Use ESRGAN only when:

* high detail scenes (landscape, architecture)
* strong edge density
* visible softness or compression

Avoid or weaken for:

* portraits
* night/high ISO
* already sharp JPEGs

## 3. Replace hard scene labels with blended grading

Current approach uses argmax from CLIP.

Problem: scenes are often mixed.

### Recommendation

* keep top 2–3 scene scores
* normalize
* blend profile parameters

Example:

* 0.55 landscape
* 0.35 golden_hour
* 0.10 overcast

Blend exposure, contrast, saturation, detail, denoise.
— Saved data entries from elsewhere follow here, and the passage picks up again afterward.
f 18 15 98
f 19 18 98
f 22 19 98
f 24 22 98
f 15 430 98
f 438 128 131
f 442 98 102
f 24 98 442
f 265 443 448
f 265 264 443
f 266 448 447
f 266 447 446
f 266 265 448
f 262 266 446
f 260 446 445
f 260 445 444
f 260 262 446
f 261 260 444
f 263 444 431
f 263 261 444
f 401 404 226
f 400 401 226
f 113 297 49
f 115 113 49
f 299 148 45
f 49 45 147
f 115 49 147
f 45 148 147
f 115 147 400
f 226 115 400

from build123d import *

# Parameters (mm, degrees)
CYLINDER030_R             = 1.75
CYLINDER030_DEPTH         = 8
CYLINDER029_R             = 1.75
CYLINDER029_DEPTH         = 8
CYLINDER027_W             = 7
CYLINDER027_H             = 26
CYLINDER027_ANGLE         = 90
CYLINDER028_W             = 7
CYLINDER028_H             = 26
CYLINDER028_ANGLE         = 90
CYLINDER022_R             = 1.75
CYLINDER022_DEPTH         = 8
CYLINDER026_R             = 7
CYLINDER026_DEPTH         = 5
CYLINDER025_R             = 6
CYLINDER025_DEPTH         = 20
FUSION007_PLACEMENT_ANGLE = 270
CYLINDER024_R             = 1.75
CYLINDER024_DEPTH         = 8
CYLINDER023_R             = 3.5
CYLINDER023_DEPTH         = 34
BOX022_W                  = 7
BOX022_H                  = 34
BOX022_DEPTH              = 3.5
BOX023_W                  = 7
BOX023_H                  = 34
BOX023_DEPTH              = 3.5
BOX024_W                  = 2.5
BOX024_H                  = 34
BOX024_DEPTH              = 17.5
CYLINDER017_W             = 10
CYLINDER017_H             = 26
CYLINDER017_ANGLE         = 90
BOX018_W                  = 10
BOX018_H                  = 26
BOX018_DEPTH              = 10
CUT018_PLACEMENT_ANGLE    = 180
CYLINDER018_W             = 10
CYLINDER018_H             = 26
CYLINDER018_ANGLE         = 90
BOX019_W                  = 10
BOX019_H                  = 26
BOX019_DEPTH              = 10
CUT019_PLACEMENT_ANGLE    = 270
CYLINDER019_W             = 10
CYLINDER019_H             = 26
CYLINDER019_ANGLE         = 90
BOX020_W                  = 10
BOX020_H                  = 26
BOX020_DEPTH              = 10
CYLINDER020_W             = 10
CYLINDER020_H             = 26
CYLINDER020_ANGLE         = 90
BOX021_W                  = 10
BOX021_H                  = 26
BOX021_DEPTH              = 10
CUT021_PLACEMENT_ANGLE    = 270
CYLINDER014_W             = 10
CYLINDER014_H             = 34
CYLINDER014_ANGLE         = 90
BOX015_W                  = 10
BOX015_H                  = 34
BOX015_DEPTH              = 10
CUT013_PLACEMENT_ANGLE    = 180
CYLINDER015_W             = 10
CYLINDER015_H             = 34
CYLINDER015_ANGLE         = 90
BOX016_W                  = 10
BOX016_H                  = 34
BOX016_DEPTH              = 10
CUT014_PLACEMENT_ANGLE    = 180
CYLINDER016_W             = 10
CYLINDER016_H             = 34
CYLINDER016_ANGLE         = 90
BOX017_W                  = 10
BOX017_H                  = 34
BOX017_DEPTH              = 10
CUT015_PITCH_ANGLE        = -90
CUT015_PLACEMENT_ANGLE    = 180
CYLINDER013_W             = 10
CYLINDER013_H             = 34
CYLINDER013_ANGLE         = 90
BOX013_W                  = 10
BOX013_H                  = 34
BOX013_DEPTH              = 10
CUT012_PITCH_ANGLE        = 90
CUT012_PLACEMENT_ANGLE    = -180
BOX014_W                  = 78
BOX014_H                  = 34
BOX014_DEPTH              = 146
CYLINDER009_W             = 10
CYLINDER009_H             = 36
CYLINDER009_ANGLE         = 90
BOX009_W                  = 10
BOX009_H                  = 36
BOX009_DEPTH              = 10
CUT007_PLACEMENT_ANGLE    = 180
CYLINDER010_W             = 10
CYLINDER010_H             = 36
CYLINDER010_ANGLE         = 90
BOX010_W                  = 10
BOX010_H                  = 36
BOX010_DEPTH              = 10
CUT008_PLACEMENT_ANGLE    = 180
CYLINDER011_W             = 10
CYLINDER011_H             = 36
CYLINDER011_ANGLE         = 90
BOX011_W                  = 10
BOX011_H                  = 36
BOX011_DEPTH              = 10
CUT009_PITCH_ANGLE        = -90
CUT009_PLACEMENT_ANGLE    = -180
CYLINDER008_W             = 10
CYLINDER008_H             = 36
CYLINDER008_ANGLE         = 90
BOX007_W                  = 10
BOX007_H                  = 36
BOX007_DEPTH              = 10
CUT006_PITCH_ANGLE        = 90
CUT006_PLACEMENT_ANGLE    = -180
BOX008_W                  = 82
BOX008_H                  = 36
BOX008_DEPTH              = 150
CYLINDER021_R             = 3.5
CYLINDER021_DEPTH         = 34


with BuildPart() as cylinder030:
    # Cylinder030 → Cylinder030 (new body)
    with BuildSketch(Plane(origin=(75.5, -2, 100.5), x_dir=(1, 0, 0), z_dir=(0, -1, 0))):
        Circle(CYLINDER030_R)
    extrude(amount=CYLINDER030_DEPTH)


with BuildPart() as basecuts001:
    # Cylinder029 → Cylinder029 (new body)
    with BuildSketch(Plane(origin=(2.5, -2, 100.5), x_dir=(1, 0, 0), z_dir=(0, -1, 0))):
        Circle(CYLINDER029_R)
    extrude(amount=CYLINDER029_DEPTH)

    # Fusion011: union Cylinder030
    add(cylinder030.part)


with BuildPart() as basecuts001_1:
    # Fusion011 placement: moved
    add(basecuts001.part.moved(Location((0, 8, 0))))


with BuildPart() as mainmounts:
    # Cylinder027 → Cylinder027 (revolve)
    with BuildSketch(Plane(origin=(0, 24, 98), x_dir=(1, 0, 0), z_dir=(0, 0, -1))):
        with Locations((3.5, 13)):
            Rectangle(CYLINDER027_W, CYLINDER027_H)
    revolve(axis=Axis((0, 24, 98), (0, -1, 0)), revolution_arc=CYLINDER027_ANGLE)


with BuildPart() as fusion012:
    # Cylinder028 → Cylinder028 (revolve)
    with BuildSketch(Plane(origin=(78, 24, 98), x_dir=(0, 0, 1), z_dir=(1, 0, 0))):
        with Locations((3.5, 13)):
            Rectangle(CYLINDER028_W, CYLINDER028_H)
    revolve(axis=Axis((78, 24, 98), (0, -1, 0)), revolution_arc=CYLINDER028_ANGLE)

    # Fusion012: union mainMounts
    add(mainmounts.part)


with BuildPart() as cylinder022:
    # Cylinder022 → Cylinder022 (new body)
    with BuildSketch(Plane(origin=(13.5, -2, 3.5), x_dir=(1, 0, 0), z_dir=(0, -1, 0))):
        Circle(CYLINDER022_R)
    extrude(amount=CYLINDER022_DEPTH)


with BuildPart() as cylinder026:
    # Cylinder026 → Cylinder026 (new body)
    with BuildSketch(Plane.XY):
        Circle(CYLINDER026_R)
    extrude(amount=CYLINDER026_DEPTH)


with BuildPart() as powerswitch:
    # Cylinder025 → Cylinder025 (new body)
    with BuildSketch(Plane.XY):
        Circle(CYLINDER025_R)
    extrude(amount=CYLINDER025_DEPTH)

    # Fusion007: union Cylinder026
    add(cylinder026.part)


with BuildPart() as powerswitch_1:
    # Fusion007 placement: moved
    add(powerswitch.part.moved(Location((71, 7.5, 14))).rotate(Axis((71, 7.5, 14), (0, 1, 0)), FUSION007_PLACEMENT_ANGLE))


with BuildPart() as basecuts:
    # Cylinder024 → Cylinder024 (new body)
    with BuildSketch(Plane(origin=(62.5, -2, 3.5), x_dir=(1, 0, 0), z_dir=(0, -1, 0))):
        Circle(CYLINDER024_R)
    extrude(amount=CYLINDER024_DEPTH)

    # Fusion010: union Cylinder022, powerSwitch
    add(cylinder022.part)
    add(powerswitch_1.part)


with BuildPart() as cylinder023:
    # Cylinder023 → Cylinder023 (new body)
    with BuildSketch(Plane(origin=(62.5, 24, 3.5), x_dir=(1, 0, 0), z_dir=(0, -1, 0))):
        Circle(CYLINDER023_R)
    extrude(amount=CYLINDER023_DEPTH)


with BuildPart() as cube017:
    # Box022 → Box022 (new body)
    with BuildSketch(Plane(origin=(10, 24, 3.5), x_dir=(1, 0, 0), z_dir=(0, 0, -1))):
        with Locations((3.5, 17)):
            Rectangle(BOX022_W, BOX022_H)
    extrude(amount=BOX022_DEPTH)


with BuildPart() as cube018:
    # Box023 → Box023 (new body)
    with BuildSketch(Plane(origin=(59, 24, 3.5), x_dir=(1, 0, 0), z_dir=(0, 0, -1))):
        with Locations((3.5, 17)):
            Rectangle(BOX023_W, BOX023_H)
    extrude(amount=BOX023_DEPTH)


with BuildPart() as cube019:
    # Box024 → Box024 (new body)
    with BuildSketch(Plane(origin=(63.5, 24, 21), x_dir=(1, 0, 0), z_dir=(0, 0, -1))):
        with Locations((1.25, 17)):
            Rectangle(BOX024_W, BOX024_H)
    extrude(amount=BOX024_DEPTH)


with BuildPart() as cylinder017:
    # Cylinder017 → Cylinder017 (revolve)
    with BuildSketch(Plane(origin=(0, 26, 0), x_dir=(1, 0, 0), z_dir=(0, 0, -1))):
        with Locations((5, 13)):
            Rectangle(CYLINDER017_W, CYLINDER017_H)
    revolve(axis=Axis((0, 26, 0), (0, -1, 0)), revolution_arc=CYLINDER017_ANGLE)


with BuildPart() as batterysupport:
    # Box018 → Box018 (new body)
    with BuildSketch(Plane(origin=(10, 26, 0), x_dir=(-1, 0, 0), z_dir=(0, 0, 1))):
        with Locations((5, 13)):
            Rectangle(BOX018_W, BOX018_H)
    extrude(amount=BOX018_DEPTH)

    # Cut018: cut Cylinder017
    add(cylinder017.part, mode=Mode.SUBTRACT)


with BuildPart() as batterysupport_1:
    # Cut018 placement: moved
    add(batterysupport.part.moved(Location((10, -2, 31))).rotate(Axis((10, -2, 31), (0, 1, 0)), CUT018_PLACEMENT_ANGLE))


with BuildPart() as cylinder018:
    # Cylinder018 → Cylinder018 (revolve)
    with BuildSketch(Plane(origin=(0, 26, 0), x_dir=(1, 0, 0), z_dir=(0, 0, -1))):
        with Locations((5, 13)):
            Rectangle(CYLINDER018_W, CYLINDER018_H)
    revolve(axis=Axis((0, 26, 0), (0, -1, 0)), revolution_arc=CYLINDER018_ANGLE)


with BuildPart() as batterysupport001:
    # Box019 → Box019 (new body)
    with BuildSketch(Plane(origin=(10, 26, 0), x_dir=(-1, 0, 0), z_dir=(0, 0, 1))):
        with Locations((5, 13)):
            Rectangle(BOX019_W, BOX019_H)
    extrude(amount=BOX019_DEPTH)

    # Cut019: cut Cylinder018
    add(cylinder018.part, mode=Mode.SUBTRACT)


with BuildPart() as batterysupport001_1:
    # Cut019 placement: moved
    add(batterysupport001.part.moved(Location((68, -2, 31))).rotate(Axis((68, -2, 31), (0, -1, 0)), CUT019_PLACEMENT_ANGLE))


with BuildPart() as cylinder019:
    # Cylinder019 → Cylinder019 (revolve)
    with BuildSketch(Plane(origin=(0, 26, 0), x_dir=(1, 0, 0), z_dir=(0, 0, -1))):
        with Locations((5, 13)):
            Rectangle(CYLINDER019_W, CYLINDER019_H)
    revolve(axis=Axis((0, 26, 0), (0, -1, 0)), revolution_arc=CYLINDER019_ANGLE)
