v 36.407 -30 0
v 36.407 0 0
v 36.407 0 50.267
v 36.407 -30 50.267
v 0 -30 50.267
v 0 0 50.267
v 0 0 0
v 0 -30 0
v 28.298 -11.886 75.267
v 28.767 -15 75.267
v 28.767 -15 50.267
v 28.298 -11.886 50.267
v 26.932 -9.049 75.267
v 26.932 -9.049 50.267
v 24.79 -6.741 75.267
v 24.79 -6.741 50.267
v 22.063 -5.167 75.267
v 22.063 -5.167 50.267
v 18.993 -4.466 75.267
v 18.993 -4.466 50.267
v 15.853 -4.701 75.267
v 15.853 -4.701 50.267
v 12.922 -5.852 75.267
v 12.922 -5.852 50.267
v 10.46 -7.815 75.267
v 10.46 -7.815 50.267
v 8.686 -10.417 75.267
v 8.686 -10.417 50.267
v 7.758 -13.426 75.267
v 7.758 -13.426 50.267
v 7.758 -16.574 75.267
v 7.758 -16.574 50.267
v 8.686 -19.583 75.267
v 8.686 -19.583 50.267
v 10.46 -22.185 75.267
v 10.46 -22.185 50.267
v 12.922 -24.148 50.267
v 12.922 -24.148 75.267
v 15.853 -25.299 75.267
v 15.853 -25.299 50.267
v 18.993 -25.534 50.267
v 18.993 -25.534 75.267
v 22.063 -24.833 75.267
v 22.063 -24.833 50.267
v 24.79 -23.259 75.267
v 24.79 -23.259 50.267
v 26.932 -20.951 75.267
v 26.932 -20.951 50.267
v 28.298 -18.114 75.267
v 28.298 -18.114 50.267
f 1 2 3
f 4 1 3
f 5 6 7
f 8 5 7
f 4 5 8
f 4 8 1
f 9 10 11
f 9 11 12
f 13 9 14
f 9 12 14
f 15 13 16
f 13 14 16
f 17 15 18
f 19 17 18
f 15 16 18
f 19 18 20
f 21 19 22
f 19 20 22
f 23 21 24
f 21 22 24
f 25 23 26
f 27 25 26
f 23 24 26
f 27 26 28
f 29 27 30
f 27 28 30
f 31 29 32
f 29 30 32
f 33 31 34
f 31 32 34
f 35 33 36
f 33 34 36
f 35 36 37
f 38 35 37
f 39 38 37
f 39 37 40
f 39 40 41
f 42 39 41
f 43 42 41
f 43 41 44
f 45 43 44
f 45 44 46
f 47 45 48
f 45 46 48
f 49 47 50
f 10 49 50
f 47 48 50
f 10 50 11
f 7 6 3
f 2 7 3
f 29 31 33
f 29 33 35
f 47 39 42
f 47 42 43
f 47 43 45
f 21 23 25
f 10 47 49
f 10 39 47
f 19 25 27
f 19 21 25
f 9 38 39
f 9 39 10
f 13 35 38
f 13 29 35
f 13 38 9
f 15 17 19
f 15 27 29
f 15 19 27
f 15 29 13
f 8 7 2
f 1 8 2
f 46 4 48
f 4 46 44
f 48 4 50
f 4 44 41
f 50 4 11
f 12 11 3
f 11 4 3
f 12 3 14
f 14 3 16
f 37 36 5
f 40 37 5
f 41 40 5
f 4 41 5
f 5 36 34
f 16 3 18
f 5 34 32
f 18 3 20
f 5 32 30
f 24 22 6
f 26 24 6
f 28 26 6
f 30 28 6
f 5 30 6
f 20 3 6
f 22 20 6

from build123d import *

# Parameters (mm, degrees)
F1_DEPTH = 30
F2_R     = 10.563438
F3_DEPTH = 25


with BuildPart() as f1:
    # F0 (on Front) → F1 (new body)
    with BuildSketch(Plane.XZ):
        Polygon((0, 50.266817), (0, 0), (6.763435, 0), (36.40743, 0), (36.40743, 50.266817), align=None)
    extrude(amount=F1_DEPTH)

    # F2 (on face) → F3 (join)
    with BuildSketch(Plane.XY.offset(50.266817)):
        with Locations((18.203715, -15)):
            Circle(F2_R)
    extrude(amount=F3_DEPTH)


solid = f1.part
## 4. Make depth processing more conservative

Default behavior should be:

* foreground sharpening only
* no background blur by default

Enable blur only when:

* strong subject separation
* portrait-like composition

## 5. Preserve metadata intentionally

Current pipeline likely loses:

* EXIF
* ICC profile

### Recommendation

Preserve or explicitly manage:

* capture timestamp
* camera/lens info
* ICC profile
* add processing metadata

---

# Main risks

## Quality risks

### Over-processing

Stacked enhancements may lead to synthetic look.

### Face inconsistency

CodeFormer may produce mismatch with surrounding regions.

### Masking errors

Sky and depth masks may:

* misclassify regions
* create halos

## Operational risks

### Partial success ambiguity

Need stronger validation for:

* missing metadata
* partial downloads

### Weak provenance

Should log:

* prompt_id
* workflow hash
* model versions

### CPU bottleneck

Potential hotspots:

* large rescaling
* guided filtering
* morphology operations

---

# Performance review

## Current state

~40–50s/photo is acceptable.

## Main optimization lever

Make ESRGAN conditional.

## Secondary lever

Skip unnecessary stages when not needed.

---

# Recommended v2 architecture

## Goal

Make workflow adaptive.

## Pipeline

### Stage 0 — Preflight analysis

Compute:

* brightness histogram
* saturation
* edge density
* noise estimate
* face stats
* sky coverage
* CLIP scores

### Stage 1 — Policy selection

Decide:

* ESRGAN mode
* CodeFormer usage
* grading blend
* sky enhance on/off
* depth mode

### Stage 2 — Enhancement

Run only selected stages.

### Stage 3 — Output + metadata

Include:

* policy decisions
* confidence scores
* timings

---

# Example metadata (v2)

```json
{
  "workflow_version": "photo-enhance-v2",
  "analysis": {
    "scene_scores": {
      "landscape": 0.51,
      "golden_hour": 0.28
    },
    "face_count": 1,
    "sky_coverage_pct": 23.4
  },
  "policy": {
    "esrgan_mode": "weak",
    "depth_mode": "sharpen_only"
  }
}
```

---

# Roadmap

## Phase 1

* conditional ESRGAN
* blended scene grading
* disable background blur default
* preserve metadata

## Phase 2

* preflight analysis
* gating logic for faces and sky
* improved logging

## Phase 3

* better color handling (true sRGB)
* noise-aware detail
* improved saturation logic

---

# Final verdict

## Strengths

* strong architecture
* practical workflow
* good separation of concerns

## Weakness

* over-processing risk from always-on stages

## Key improvement

Move from fixed pipeline → adaptive pipeline

This will improve both quality and performance significantly.